La Rolex d’autres Bond

Rolex Submariner 5513

La Submariner se fait depuis quelques années le vêtement dont l’agent britannique ne se sépare jamais. Tout avait commencé dans Dr No en 1962, où l’on voyait la Submariner 6538, et ce aussi dans From Russia with Love, Goldfinger et Thunderball. Mais j’y reviendrai, car on ne passe pas sur la Submariner 6538 et surtout sur Sean Connery en deux lignes. Never ever.

La 5513 sera donc visible une fois au poignet de Georges Lazenby (son premier et dernier James Bond, il repartira avec sa Rolex 5513), puis au poignet de Roger Moore dans Live and let Die et The Man with the Golden Gun. Puis, soudain, c’est la fin. Ô rage, Ô désespoir, Ô Quartz ennemi. Dernier apparition de la Submariner. Et par la suite, les Rolex se font rares (Suspens…A View to a Kill avec Roger Moore et sa Datejust personnelle, puis Timothy Dalton et sa 16610 dans The living Daylights).

La Rolex Submariner 5513

Vintage Rolex Submariner - 5513

J’aurai, j’espère, et je le souhaite, l’occasion de vous faire une grande leçon d’histoire sur la Submariner, en plusieurs parties. Mais là n’est pas mon but aujourd’hui. Je veux parler, manger, marcher, me doucher 5513. 

La 5513 apparaît en 1962 et vient se faire l’évolution de la 5512 et de la 6538. Deux lignes à six heures, et plus la mention “Superlative Chronometer, Officialy Certified” (Oui, la 5513 n’est pas certifiée, larmes). Évidemment les épaulements présents depuis la 5512 restent durs comme fer. Mais ce n’est que le tout petit mini bout de la face cachée de l’iceberg.

Avec les Rolex, et donc aussi avec cette 5513, Dieu est dans les détails plus que jamais. Meters first ou Feet First ? Cadran Glossy ou Matte ? Écritures Sérif ou Non-Serif ? Je vais essayer d’être simple et concis. Je souris en écrivant cette phrase.

Glossy ou Matte Dial ?

La production a commencé en 1962 par des cadrans laqués, dits Glossy. Les “Matte Dials” ne verront leurs apparition qu’à partir de 1966. Glossy, c’est quoi nom de Zeus ? Glossy, c’est d’abord un revêtement laqué, comme si votre copine avait pris son dernier vernis bien noir avant d’en appliquer une belle couche sur le cadran. Et BIM, plus de copine. Pour compléter le cadran laqué, les écritures peuvent être dorées, le cadran devient alors Gilt.

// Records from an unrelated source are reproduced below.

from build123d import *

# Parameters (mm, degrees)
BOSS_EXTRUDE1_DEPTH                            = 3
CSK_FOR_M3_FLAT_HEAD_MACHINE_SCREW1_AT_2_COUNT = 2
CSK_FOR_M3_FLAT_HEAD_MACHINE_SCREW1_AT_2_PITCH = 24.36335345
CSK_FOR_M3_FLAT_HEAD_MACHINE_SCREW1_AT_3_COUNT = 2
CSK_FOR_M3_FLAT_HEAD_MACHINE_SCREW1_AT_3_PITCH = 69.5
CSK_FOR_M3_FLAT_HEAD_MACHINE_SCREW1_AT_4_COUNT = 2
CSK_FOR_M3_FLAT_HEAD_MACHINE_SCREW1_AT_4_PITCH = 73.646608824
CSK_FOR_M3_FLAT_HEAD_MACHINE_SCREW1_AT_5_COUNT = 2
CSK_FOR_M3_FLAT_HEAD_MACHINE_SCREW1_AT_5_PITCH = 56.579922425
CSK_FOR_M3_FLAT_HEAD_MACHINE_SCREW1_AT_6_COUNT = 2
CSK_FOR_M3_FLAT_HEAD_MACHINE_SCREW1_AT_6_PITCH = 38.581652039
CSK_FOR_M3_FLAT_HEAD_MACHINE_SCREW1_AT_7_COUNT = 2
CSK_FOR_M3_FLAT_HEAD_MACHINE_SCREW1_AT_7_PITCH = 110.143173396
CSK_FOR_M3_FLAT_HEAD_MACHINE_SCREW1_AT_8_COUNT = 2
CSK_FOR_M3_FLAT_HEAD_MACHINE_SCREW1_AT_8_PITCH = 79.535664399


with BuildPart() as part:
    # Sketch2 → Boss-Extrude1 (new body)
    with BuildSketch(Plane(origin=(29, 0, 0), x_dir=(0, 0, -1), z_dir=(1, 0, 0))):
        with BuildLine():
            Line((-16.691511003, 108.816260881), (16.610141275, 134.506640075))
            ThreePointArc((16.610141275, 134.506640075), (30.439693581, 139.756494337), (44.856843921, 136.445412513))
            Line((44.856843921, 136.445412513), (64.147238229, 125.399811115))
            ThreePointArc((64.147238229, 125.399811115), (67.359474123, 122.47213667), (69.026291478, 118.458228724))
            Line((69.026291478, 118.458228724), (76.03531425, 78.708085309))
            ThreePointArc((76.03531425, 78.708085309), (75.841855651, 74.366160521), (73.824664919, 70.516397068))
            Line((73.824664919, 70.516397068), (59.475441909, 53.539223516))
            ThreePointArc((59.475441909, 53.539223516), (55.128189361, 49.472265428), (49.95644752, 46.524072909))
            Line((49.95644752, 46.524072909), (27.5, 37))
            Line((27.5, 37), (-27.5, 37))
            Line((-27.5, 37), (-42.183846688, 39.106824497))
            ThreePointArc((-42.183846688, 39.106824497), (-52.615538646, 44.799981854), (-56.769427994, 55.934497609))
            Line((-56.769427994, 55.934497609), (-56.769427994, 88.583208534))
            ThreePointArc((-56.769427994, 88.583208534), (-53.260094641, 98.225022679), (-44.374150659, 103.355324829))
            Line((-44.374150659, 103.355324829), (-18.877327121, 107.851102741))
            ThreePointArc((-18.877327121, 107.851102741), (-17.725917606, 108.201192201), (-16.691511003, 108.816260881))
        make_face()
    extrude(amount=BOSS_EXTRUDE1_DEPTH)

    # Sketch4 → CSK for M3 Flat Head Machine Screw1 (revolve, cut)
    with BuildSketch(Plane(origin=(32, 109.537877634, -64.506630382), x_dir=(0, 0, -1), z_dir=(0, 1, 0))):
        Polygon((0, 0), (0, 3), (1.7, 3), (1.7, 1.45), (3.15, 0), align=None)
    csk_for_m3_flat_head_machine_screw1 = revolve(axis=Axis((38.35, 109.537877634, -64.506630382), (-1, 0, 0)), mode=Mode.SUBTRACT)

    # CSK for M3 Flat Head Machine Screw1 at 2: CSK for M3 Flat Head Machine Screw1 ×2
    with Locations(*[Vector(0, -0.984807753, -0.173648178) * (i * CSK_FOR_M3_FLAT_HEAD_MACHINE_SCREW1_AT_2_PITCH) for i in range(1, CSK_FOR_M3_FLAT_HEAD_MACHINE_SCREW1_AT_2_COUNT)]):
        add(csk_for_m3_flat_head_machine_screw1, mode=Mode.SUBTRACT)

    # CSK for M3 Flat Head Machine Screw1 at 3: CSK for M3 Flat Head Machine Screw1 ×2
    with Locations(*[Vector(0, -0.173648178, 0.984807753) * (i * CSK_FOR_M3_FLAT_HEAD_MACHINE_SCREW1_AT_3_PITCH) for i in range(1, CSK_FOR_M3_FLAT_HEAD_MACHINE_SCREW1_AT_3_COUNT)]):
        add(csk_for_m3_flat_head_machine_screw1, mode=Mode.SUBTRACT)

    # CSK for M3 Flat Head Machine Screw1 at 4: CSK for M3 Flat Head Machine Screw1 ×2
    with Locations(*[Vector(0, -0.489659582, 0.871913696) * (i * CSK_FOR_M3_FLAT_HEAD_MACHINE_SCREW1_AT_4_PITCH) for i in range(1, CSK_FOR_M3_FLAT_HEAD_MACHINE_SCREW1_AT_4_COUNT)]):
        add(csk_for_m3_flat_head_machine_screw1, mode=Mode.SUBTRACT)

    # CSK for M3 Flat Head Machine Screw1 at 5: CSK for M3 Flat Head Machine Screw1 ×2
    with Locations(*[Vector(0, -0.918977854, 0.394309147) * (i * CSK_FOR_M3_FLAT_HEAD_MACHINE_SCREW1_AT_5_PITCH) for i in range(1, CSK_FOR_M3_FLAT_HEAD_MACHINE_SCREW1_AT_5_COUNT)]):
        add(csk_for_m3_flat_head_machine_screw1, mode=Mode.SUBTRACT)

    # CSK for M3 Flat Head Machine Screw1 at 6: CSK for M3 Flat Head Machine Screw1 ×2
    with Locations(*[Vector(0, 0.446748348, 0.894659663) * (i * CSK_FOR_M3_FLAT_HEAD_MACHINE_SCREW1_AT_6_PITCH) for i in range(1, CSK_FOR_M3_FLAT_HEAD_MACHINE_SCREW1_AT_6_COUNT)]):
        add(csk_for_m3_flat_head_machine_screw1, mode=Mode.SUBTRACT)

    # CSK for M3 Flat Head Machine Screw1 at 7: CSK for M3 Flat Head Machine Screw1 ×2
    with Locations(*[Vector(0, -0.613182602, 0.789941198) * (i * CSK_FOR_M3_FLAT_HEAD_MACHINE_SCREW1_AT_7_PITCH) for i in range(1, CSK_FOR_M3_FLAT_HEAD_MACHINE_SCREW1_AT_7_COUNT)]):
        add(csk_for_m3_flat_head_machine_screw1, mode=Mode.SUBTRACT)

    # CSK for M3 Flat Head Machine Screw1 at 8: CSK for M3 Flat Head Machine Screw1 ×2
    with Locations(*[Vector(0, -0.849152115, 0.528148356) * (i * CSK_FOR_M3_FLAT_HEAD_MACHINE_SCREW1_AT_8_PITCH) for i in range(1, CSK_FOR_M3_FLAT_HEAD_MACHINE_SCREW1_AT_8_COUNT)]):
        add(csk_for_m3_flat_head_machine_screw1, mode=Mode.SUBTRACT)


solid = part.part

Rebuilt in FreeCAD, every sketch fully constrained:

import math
import FreeCAD as App
import Part
import Sketcher
from FreeCAD import Vector
Q = App.Units.Quantity

doc = App.newDocument("Part")
body = doc.addObject("PartDesign::Body", "Body")

sketch1 = body.newObject("Sketcher::SketchObject", "Sketch")
sketch1.AttachmentSupport = (doc.getObject("YZ_Plane"), [""])
sketch1.MapMode = "FlatFace"
sketch1.AttachmentOffset = App.Placement(Vector(0, 0, 29), App.Rotation())
sketch1.addGeometry(Part.LineSegment(Vector(134.5, -16.6, 0), Vector(108.8, 16.7, 0)), False)
sketch1.addGeometry(Part.ArcOfCircle(Part.Circle(Vector(112.8, 19.7, 0), Vector(0, 0, 1), 5), math.radians(-170), math.radians(-142)), False)
sketch1.addGeometry(Part.LineSegment(Vector(107.9, 18.9, 0), Vector(103.4, 44.4, 0)), False)
sketch1.addGeometry(Part.ArcOfCircle(Part.Circle(Vector(88.6, 41.8, 0), Vector(0, 0, 1), 15), math.radians(10), math.radians(90)), False)
sketch1.addGeometry(Part.LineSegment(Vector(88.6, 56.8, 0), Vector(55.9, 56.8, 0)), False)
sketch1.addGeometry(Part.ArcOfCircle(Part.Circle(Vector(55.9, 39.8, 0), Vector(0, 0, 1), 17), math.radians(90), math.radians(172)), False)
sketch1.addGeometry(Part.LineSegment(Vector(39.1, 42.2, 0), Vector(37, 27.5, 0)), False)
sketch1.addGeometry(Part.LineSegment(Vector(37, 27.5, 0), Vector(37, -27.5, 0)), False)
sketch1.addGeometry(Part.LineSegment(Vector(37, -27.5, 0), Vector(46.5, -50, 0)), False)
sketch1.addGeometry(Part.ArcOfCircle(Part.Circle(Vector(70, -40, 0), Vector(0, 0, 1), 25.5), math.radians(-157), math.radians(-130)), False)
sketch1.addGeometry(Part.LineSegment(Vector(53.5, -59.5, 0), Vector(70.5, -73.8, 0)), False)
sketch1.addGeometry(Part.ArcOfCircle(Part.Circle(Vector(77, -66.2, 0), Vector(0, 0, 1), 10), math.radians(-130), math.radians(-80)), False)
sketch1.addGeometry(Part.LineSegment(Vector(78.7, -76, 0), Vector(118.5, -69, 0)), False)
sketch1.addGeometry(Part.ArcOfCircle(Part.Circle(Vector(116.7, -59.2, 0), Vector(0, 0, 1), 10), math.radians(-80), math.radians(-30)), False)
sketch1.addGeometry(Part.LineSegment(Vector(125.4, -64.1, 0), Vector(136.4, -44.9, 0)), False)
sketch1.addGeometry(Part.ArcOfCircle(Part.Circle(Vector(114.3, -32.2, 0), Vector(0, 0, 1), 25.5), math.radians(-30), math.radians(38)), False)
sketch1.addConstraint(Sketcher.Constraint("Tangent", 0, 2, 1, 2))
sketch1.addConstraint(Sketcher.Constraint("Tangent", 1, 1, 2, 1))
sketch1.addConstraint(Sketcher.Constraint("Tangent", 2, 2, 3, 1))
sketch1.addConstraint(Sketcher.Constraint("Tangent", 3, 2, 4, 1))
sketch1.addConstraint(Sketcher.Constraint("Tangent", 4, 2, 5, 1))
sketch1.addConstraint(Sketcher.Constraint("Tangent", 5, 2, 6, 1))
sketch1.addConstraint(Sketcher.Constraint("Coincident", 6, 2, 7, 1))
sketch1.addConstraint(Sketcher.Constraint("Coincident", 7, 2, 8, 1))
sketch1.addConstraint(Sketcher.Constraint("Tangent", 8, 2, 9, 1))
sketch1.addConstraint(Sketcher.Constraint("Tangent", 9, 2, 10, 1))
sketch1.addConstraint(Sketcher.Constraint("Tangent", 10, 2, 11, 1))
sketch1.addConstraint(Sketcher.Constraint("Tangent", 11, 2, 12, 1))
sketch1.addConstraint(Sketcher.Constraint("Tangent", 12, 2, 13, 1))
sketch1.addConstraint(Sketcher.Constraint("Tangent", 13, 2, 14, 1))
sketch1.addConstraint(Sketcher.Constraint("Tangent", 14, 2, 15, 1))
sketch1.addConstraint(Sketcher.Constraint("Tangent", 15, 2, 0, 1))
sketch1.addConstraint(Sketcher.Constraint("Horizontal", 4))
sketch1.addConstraint(Sketcher.Constraint("Vertical", 7))
sketch1.addConstraint(Sketcher.Constraint("Equal", 11, 13))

Au cours de l’année 1966, des cadrans mat donc. Subtilité de la chronologie, en 1984, les Glossy Dials feront leur retour, mais modernité oblige, les index seront cerclés. Mais la 5513 reste coquine…

Meters first ou Feet First ?

Les premiers modèles de 5513, sortis en 1962, sont “Meters first”. Une dénomination pour un type de cadran où la ligne de profondeur possède “200m = 660ft” et pas l’inverse.

Les Glossy Dials auront donc cette particularité de meters first. Toujours jusqu’en 1969, les meters first seront les rois, avant qu’ils ne se partagent les cadrans avec les feet first. Au cours de l’année 1970, des changements ont lieu, et le feet first prend une place définitive. Bye Bye meters first. Très américain tout ça…

Sérif ou non-Sérif ?

Sérif, comme son nom l’indique, renvoie à la police d’écriture des lignes sur le cadran. “Avec Sérif” signifie que l’on retrouve des “empattements” aux extrémités des lettres. Les premières écritures non-sérif se trouvent aux alentours de l’année 1969. Pour faire simple, tout a commencé avec du non-sérif. Puis, autour des années 1970/1971, le sérif cohabite avec le non sérif et ce pendant quelque temps, jusqu’aux années 1975/1976, où les cadrans sérif font seuls la loi.

Peu importe la disposition du cadran, cette 5513 est la quintessence même de la montre de l’agent britannique des années 60 et 70. Qui aurait pu imaginer une telle plongeuse au poignet d’un agent en Diner suit ? Pas grand monde avant Sean Connery en 1964 dans Goldfinger. La seule pièce qui pouvait prendre une belle légitimité au poignet d’un agent secret qui tue, étrangle, distribue des coups de poing, conduit une Aston Martin, et passe des nuits d’amour formidables avec les femmes les plus élégantes, en se réveillant comme une fleur. Quoi de plus normal.